From the data below, set down exactly the lines between the one holding "f 401 400 134" and the one holding "f 392 390 97", inclusive, and no others.

Supplied entries Block Start

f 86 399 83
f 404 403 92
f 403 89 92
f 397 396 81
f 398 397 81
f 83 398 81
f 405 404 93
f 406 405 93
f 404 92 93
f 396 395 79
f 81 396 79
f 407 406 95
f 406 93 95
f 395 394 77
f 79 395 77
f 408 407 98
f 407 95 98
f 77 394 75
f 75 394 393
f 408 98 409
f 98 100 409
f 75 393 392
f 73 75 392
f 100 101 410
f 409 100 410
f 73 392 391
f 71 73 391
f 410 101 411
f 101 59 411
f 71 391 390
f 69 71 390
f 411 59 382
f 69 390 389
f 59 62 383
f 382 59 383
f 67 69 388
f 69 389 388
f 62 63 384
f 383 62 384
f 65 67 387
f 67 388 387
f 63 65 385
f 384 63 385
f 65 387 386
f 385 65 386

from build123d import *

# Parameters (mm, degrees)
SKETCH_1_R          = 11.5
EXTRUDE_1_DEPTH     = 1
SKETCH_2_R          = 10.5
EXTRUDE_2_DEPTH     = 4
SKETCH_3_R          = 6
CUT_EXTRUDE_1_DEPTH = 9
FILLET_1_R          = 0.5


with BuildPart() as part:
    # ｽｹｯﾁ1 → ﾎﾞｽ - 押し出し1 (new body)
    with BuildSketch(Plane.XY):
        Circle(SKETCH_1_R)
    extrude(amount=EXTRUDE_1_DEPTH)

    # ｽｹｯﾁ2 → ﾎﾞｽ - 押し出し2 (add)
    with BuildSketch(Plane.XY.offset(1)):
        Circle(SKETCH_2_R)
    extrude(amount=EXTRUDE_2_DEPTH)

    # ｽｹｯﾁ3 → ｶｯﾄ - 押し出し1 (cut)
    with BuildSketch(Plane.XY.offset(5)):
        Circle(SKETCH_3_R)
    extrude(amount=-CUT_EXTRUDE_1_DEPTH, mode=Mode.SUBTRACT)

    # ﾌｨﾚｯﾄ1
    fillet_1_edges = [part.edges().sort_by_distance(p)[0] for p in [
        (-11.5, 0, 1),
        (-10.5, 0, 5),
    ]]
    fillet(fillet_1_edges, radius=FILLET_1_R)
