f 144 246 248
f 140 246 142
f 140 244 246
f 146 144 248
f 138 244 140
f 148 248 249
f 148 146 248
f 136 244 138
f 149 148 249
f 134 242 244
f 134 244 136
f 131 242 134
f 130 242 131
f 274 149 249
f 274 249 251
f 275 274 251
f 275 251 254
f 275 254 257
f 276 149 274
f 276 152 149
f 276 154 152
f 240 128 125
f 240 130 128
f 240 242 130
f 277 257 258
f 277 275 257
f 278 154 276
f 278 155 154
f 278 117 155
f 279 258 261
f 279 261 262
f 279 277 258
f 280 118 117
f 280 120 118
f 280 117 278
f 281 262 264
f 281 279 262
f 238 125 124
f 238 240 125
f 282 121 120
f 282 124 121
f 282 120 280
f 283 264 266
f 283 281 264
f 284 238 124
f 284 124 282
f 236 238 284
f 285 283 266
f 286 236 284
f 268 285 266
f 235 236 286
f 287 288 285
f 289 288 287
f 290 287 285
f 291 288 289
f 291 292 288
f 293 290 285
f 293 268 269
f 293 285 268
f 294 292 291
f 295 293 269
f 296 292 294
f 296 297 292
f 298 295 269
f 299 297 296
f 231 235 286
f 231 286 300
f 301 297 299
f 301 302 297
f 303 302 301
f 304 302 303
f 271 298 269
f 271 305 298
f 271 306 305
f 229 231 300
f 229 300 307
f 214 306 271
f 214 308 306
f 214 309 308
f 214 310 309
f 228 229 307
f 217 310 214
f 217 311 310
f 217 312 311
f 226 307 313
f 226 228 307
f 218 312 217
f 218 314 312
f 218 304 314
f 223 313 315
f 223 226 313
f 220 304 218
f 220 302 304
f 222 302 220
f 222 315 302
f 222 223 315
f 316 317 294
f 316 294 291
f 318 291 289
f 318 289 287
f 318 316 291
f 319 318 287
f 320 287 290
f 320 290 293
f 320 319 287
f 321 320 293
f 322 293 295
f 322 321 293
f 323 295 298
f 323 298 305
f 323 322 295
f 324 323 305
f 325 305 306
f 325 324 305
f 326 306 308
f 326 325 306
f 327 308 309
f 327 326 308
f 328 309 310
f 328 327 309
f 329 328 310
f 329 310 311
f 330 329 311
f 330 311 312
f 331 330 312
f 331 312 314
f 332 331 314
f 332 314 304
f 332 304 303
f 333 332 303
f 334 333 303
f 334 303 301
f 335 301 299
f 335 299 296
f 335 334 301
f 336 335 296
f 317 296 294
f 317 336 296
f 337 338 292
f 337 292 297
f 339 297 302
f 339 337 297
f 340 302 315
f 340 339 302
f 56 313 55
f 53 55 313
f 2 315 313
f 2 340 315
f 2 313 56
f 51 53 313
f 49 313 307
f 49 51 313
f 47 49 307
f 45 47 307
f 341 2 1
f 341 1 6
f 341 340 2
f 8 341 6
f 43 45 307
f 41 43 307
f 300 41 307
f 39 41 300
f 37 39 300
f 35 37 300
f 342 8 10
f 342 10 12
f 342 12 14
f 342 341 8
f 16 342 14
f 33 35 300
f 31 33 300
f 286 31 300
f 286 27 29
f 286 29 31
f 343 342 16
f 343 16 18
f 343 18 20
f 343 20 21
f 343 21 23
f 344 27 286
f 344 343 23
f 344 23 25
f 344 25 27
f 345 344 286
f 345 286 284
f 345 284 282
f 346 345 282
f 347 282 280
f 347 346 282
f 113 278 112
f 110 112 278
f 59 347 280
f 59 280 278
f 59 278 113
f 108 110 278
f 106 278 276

Supplied entries Block End
Supplied entries Block Start

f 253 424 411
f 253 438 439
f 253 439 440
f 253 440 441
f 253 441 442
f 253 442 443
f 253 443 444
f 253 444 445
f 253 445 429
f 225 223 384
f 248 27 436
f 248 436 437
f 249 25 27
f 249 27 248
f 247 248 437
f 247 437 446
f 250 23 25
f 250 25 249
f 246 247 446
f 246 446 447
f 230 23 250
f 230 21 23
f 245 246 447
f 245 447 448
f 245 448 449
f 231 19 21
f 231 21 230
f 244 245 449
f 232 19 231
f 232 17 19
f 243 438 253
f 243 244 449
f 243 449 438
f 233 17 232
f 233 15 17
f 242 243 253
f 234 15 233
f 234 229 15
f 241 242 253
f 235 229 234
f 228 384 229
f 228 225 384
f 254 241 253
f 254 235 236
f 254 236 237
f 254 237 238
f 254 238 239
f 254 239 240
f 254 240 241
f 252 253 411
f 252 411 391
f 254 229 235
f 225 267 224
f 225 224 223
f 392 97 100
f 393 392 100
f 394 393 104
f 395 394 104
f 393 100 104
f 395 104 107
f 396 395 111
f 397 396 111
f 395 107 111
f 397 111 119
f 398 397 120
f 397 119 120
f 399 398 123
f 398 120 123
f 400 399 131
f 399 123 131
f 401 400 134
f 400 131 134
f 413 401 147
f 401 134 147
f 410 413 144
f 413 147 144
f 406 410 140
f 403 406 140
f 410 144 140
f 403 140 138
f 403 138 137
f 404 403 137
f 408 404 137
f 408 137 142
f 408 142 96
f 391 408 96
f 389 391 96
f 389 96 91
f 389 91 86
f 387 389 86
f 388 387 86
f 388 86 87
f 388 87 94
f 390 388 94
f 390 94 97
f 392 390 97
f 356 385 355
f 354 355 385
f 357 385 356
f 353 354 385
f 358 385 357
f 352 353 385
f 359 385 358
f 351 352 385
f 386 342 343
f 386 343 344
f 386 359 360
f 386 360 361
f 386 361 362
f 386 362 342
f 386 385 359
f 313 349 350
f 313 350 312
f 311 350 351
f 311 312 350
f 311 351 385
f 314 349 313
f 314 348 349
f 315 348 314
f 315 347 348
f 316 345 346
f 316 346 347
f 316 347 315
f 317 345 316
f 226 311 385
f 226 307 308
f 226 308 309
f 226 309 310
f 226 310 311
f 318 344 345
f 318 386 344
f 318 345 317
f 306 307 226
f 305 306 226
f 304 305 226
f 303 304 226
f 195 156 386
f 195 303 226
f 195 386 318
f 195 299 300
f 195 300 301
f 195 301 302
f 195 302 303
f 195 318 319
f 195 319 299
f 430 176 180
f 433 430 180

Supplied entries Block End

## Finished task:
f 401 400 134
f 400 131 134
f 413 401 147
f 401 134 147
f 410 413 144
f 413 147 144
f 406 410 140
f 403 406 140
f 410 144 140
f 403 140 138
f 403 138 137
f 404 403 137
f 408 404 137
f 408 137 142
f 408 142 96
f 391 408 96
f 389 391 96
f 389 96 91
f 389 91 86
f 387 389 86
f 388 387 86
f 388 86 87
f 388 87 94
f 390 388 94
f 390 94 97
f 392 390 97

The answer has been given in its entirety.